C printf: formatted output without cout

CS 301: Assembly Language Programming Lecture, Dr. Lawlor

The standard C library function printf (print with formatting) is a very commonly used function to get output from plain C, which doesn't have cout.  The basic idea is the first argument is a "format string", which printf just copies as-is to the output until it finds a percent sign, which is treated as a "format specifier", with a bewildering array of possible data types and formats.  

For example, I can print an integer in decimal by adding the format specifier "%d" in the string:

int i;
for (i=1;i<=20;i++)
	printf(" now i=%d\n",i);

(Try this in NetRun now!)

Changing the format specifier results in wildly different output for the same integer:

Format Specifier Example Output Description
%d  now i=15 Decimal output.
%8d  now i=      15 Decimal with minimum output width.
%08d  now i=00000015 Include leading zeros
%X  now i=F Hexadecimal output

Because the format string mixes literal things to print with the format specifiers, there are some weird corner cases.  You print a bare "%" using the format specifier "%%" (similar to how you can print an actual \ using "\\").  The problem is a bare percent sign can get interpreted as a format specifier, like this bad code:

printf("Progress: 100% done\n");

(Try this in NetRun now!)

Because the "% d" is interpreted as a format specifier, this prints: Progress: 100 0one.  To print "100%", the format string is "100%%".

You can also print strings, using %s.  You pass a pointer to the string as the argument.

const char *str="OK";
if (bar==5) str="not so good";
printf(" status is %s\n",str);

(Try this in NetRun now!)

You can pass multiple format specifiers, mixing and matching string and integer data.  It is a little clunky that you need to pass all the parameters at the end--cout's way seems a little easier to keep organized.

int code=9;
const char *status="green";
printf("The status is %s and the return code is %d\n", status,code);

(Try this in NetRun now!)

What happens if you use the %s format, but pass an integer?  printf tries to treat the integer as a pointer, and crashes!  What happens if you use the %d or %X format, but pass a pointer?  printf will dump the value of the pointer (instead of its contents).  What happens if you pass any format specifier, but omit the argument?  printf will blindly print the garbage contents of that parameter register.  Just like assembly language, printf will do exactly what you ask it to, not what you might want it to do!  At least the compiler will warn you about a mismatch between format string and argument.

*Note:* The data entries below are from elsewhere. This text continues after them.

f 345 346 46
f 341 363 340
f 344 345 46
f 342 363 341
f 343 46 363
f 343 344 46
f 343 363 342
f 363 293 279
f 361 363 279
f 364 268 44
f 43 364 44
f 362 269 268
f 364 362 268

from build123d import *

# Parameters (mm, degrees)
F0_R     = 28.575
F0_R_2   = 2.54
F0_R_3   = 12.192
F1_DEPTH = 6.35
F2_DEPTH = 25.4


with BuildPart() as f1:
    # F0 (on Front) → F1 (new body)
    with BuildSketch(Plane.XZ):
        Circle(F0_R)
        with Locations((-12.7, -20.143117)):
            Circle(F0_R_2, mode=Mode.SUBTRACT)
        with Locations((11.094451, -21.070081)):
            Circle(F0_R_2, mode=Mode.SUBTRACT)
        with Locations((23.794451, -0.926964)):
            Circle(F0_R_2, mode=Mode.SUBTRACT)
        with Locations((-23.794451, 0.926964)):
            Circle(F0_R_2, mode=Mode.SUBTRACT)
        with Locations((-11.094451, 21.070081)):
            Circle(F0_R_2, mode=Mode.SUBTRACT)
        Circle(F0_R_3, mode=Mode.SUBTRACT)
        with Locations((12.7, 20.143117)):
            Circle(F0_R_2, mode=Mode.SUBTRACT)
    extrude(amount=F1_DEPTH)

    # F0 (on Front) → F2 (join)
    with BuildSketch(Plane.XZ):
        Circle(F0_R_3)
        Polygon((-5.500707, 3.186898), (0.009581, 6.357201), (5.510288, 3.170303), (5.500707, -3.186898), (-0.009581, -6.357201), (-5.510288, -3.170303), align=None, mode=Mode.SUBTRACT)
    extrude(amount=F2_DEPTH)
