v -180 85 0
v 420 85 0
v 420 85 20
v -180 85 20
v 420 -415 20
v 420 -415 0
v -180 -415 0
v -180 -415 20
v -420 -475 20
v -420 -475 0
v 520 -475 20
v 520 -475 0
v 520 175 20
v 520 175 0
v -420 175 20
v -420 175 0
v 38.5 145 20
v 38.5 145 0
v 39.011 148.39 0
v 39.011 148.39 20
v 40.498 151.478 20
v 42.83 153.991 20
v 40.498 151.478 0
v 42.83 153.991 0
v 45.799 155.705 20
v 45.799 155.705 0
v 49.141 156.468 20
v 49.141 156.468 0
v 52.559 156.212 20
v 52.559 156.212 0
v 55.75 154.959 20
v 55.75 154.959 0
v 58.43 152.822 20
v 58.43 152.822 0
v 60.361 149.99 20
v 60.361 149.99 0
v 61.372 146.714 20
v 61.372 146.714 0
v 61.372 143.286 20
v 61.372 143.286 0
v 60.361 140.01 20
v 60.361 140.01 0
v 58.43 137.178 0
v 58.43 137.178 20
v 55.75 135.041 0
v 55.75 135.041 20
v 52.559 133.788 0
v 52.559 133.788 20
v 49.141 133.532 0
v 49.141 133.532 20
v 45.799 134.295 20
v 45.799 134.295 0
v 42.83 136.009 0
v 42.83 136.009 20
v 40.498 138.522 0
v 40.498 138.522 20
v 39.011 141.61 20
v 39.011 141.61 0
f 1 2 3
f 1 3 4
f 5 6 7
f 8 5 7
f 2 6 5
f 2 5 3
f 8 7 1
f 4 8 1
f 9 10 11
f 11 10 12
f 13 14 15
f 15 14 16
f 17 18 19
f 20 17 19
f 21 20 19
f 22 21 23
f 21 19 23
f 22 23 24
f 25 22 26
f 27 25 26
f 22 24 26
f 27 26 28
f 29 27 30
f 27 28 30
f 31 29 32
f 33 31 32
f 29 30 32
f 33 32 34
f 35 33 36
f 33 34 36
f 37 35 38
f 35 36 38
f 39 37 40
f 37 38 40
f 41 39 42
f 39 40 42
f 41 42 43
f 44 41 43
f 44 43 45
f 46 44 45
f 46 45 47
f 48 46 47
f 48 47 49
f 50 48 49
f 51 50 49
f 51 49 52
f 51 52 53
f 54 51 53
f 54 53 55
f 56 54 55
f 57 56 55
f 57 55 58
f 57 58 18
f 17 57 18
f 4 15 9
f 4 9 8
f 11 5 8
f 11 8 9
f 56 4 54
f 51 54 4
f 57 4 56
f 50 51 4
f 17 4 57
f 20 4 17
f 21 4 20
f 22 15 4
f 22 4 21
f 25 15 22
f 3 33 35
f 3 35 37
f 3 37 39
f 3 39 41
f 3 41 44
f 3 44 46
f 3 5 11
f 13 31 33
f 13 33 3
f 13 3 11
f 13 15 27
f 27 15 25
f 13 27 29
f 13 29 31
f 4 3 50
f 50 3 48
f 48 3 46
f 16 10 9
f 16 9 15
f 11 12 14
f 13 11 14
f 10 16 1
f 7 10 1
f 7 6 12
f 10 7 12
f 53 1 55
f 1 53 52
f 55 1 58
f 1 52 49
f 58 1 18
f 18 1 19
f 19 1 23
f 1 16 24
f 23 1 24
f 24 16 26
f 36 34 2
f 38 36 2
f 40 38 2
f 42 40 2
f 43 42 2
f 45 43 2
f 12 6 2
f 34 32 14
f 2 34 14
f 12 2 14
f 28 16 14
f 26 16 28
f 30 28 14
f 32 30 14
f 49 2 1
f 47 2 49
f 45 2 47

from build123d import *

# Parameters (mm, degrees)
CROQUIS1_W              = 1200
CROQUIS1_H              = 950
SALIENTE_EXTRUIR1_DEPTH = 20
CROQUIS2_W              = 150
CROQUIS2_H              = 180
CORTAR_EXTRUIR1_DEPTH   = 20
CROQUIS3_W              = 600
CROQUIS3_H              = 500
CORTAR_EXTRUIR2_DEPTH   = 20
CROQUIS5_W              = 1200
CROQUIS5_H              = 300
CORTAR_EXTRUIR4_DEPTH   = 40
CROQUIS4_R              = 11.5
CORTAR_EXTRUIR5_DEPTH   = 40
CROQUIS6_W              = 80
CROQUIS6_H              = 650
CROQUIS6_W_2            = 178
CORTAR_EXTRUIR6_DEPTH   = 30
CROQUIS7_W              = 2
CROQUIS7_H              = 650
CORTAR_EXTRUIR7_DEPTH   = 30


with BuildPart() as part:
    # Croquis1 → Saliente-Extruir1 (new body)
    with BuildSketch(Plane.XY):
        Rectangle(CROQUIS1_W, CROQUIS1_H)
    extrude(amount=SALIENTE_EXTRUIR1_DEPTH)

    # Croquis2 → Cortar-Extruir1 (cut)
    with BuildSketch(Plane.XY.offset(20)):
        with Locations((-200, 355)):
            Rectangle(CROQUIS2_W, CROQUIS2_H)
    extrude(amount=-CORTAR_EXTRUIR1_DEPTH, mode=Mode.SUBTRACT)

    # Croquis3 → Cortar-Extruir2 (cut)
    with BuildSketch(Plane(origin=(0, 0, 0), x_dir=(-1, 0, 0), z_dir=(0, 0, -1))):
        with Locations((-120, -165)):
            Rectangle(CROQUIS3_W, CROQUIS3_H)
    extrude(amount=-CORTAR_EXTRUIR2_DEPTH, mode=Mode.SUBTRACT)

    # Croquis5 → Cortar-Extruir4 (cut)
    with BuildSketch(Plane(origin=(0, 0, 0), x_dir=(-1, 0, 0), z_dir=(0, 0, -1))):
        with Locations((0, 325)):
            Rectangle(CROQUIS5_W, CROQUIS5_H)
    extrude(amount=-CORTAR_EXTRUIR4_DEPTH, mode=Mode.SUBTRACT)

    # Croquis4 → Cortar-Extruir5 (cut)
    with BuildSketch(Plane(origin=(0, 0, 0), x_dir=(-1, 0, 0), z_dir=(0, 0, -1))):
        with Locations((-50, 145)):
            Circle(CROQUIS4_R)
    extrude(amount=-CORTAR_EXTRUIR5_DEPTH, mode=Mode.SUBTRACT)

    # Croquis6 → Cortar-Extruir6 (cut)
    with BuildSketch(Plane(origin=(0, 0, 0), x_dir=(-1, 0, 0), z_dir=(0, 0, -1))):
        with Locations((-560, -150)):
            Rectangle(CROQUIS6_W, CROQUIS6_H)
        with Locations((511, -150)):
            Rectangle(CROQUIS6_W_2, CROQUIS6_H)
    extrude(amount=-CORTAR_EXTRUIR6_DEPTH, mode=Mode.SUBTRACT)

    # Croquis7 → Cortar-Extruir7 (cut)
    with BuildSketch(Plane(origin=(0, 0, 0), x_dir=(-1, 0, 0), z_dir=(0, 0, -1))):
        with Locations((421, -150)):
            Rectangle(CROQUIS7_W, CROQUIS7_H)
    extrude(amount=-CORTAR_EXTRUIR7_DEPTH, mode=Mode.SUBTRACT)


solid = part.part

Go read the full printf spec now! 

You can also use printf-style format specifiers to write data to files with fprintf, or to write to a character array with snprintf.

Printf and Security

It's fairly common for lazy programmers to abuse printf as a general purpose "print this string" function, similar to puts.  The code looks like this:

const char *someString=bar.c_str();
printf(someString); // WARNING!  What if someString has % format specifiers?

(Try this in NetRun now!)

This is a surprisingly dangerous piece of code, because someString can contain format specifiers.  For example, if someString contains "%x_%x_%x", this will print the current values in the argument registers, which may contain secret information.  Adding more "%x" will eventually start printing the contents of the stack, and "%n" can be used to overwrite the stack, potentially allowing the source of the string to take over your machine!

The correct way to print a string is with printf("%s",someString).  Printf will then just copy the entire string, and ignore any % signs in someString.

Printf in Assembly

To call printf from assembly language, you just pass the format string in rdi as usual for the first argument, pass any format specifier arguments in the next argument register rsi, then rdx, etc.  There is one surprise: you need to zero out the al register (the low 8 bits of eax/rax), or else printf will assume you're passing it vector registers and crash.

mov rdi,formatStr ; first argument: format string
mov rsi,5 ; second argument (for format string below): integer to print
mov al,0 ; magic for varargs (0==no magic, to prevent a crash!)

extern printf
call printf

ret

formatStr:
	db `The int is %d\n`,0

(Try this in NetRun now!)

This is a very common way to get output from assembly language!